To begin with, we note that the phrase “none but the brave” is equivalent to “no not-brave.”
(1) The Subject has for its Attribute “not-brave.” But no Substantive is supplied. So we express the Subject as “not-brave *.”
(2) The Verb is “deserve,” for which we substitute the phrase “are deserving of”.
(3) The Predicate is “ * deserving of the fair.”
(4) Let Univ. be “persons.”
(5) The Sign of Quantity is “no.”
(6) The Proposition now becomes
“No | not-brave persons | are | persons deserving of the fair.”
(4)
“A lame puppy would not say “thank you” if you offered to lend it a skipping-rope.”
(1) The Subject is evidently “lame puppies,” and all the rest of the sentence must somehow be packed into the Predicate.
(2) The Verb is “would not say,” &c., for which we may substitute the phrase “are not grateful for.”
(3) The Predicate may be expressed as “ * not grateful for the loan of a skipping-rope.”
(4) Let Univ. be “puppies.”
(5) The Sign of Quantity is “all.”
(6) The Proposition now becomes
“All | lame puppies | are | puppies not grateful for the loan of a skipping-rope.”
(5)
“No one takes in the Times, unless he is well-educated.”
(1) The Subject is evidently persons who are not well-educated (“no one” evidently means “no person”).
(2) The Verb is “takes in,” for which we may substitute the phrase “are persons taking in.”
(3) The Predicate is “persons taking in the Times.”
(4) Let Univ. be “persons.”
(5) The Sign of Quantity is “no.”
(6) The Proposition now becomes
“No | persons who are not well-educated | are | persons taking in the Times.”
(6)
“My carriage will meet you at the station.”

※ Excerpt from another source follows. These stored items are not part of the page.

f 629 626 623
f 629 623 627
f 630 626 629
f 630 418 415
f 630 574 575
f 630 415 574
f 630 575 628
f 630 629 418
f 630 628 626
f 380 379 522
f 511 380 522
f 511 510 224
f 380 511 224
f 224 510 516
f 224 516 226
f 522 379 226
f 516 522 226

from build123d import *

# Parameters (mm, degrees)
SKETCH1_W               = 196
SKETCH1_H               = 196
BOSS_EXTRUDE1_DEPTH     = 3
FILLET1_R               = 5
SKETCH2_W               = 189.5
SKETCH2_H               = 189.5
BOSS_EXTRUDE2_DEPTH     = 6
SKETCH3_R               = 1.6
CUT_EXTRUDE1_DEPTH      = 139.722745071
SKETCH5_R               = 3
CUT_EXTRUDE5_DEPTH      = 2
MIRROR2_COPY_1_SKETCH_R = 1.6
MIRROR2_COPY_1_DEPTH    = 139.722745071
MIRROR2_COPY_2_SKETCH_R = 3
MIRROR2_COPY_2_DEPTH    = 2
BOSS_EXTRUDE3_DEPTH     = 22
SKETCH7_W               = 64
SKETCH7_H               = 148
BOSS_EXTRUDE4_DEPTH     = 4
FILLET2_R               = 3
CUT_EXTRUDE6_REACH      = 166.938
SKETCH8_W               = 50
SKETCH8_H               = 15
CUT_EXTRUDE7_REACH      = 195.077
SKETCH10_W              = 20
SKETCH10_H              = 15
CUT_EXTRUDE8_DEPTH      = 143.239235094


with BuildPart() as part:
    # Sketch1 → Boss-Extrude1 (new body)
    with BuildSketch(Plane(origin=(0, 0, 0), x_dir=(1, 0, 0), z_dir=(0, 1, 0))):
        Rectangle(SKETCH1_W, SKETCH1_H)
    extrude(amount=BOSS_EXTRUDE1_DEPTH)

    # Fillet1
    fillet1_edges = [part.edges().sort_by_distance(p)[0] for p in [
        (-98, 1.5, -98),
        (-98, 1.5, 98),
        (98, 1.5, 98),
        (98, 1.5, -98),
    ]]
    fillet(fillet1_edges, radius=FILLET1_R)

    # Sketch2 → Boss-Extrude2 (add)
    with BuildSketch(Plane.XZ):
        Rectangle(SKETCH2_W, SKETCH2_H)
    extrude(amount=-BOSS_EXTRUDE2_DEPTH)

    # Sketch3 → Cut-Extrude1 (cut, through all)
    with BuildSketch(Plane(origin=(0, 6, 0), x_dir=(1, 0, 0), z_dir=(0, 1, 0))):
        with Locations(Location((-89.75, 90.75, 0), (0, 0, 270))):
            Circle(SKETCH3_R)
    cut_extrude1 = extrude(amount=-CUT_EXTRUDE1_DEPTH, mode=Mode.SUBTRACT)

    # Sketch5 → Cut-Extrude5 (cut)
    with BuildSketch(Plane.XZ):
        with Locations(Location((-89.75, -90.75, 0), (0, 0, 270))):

(1) The Subject is “my carriage.” This, being an ‘Individual,’ is equivalent to the Class “my carriages.” (Note that this Class contains only one Member.)
(2) The Verb is “will meet”, for which we may substitute the phrase “are * that will meet.”
(3) The Predicate is “ * that will meet you at the station.”
(4) Let Univ. be “things.”
(5) The Sign of Quantity is “all.”
(6) The Proposition now becomes
“All | my carriages | are | things that will meet you at the station.”
(7)
“Happy is the man who does not know what ‘toothache’ means!”
(1) The Subject is evidently “the man &c.” (Note that in this sentence, the Predicate comes first.) At first sight, the Subject seems to be an ‘Individual’; but on further consideration, we see that the article “the” does not imply that there is only one such man. Hence the phrase “the man who” is equivalent to “all men who”.
(2) The Verb is “are.”
(3) The Predicate is “happy *.”
(4) Let Univ. be “men.”
(5) The Sign of Quantity is “all.”
(6) The Proposition now becomes
“All | men who do not know what ‘toothache’ means | are | happy men.”
(8)
“Some farmers always grumble at the weather, whatever it may be.”
(1) The Subject is “farmers.”
(2) The Verb is “grumble,” for which we substitute the phrase “are * who grumble.”
(3) The Predicate is “ * who always grumble &c.”
(4) Let Univ. be “persons.”
(5) The Sign of Quantity is “some.”
(6) The Proposition now becomes
“Some | farmers | are | persons who always grumble at the weather, whatever it may be.”
(9)
“No lambs are accustomed to smoke cigars.”
(1) The Subject is “lambs.”
(2) The Verb is “are.”
(3) The Predicate is “ * accustomed &c.”
(4) Let Univ. be “animals.”
(5) The Sign of Quantity is “no.”
(6) The Proposition now becomes
“No | lambs | are | animals accustomed to smoke cigars.”
(10)
“I ca’n’t understand examples that are not arranged in regular order, like those I am used to.”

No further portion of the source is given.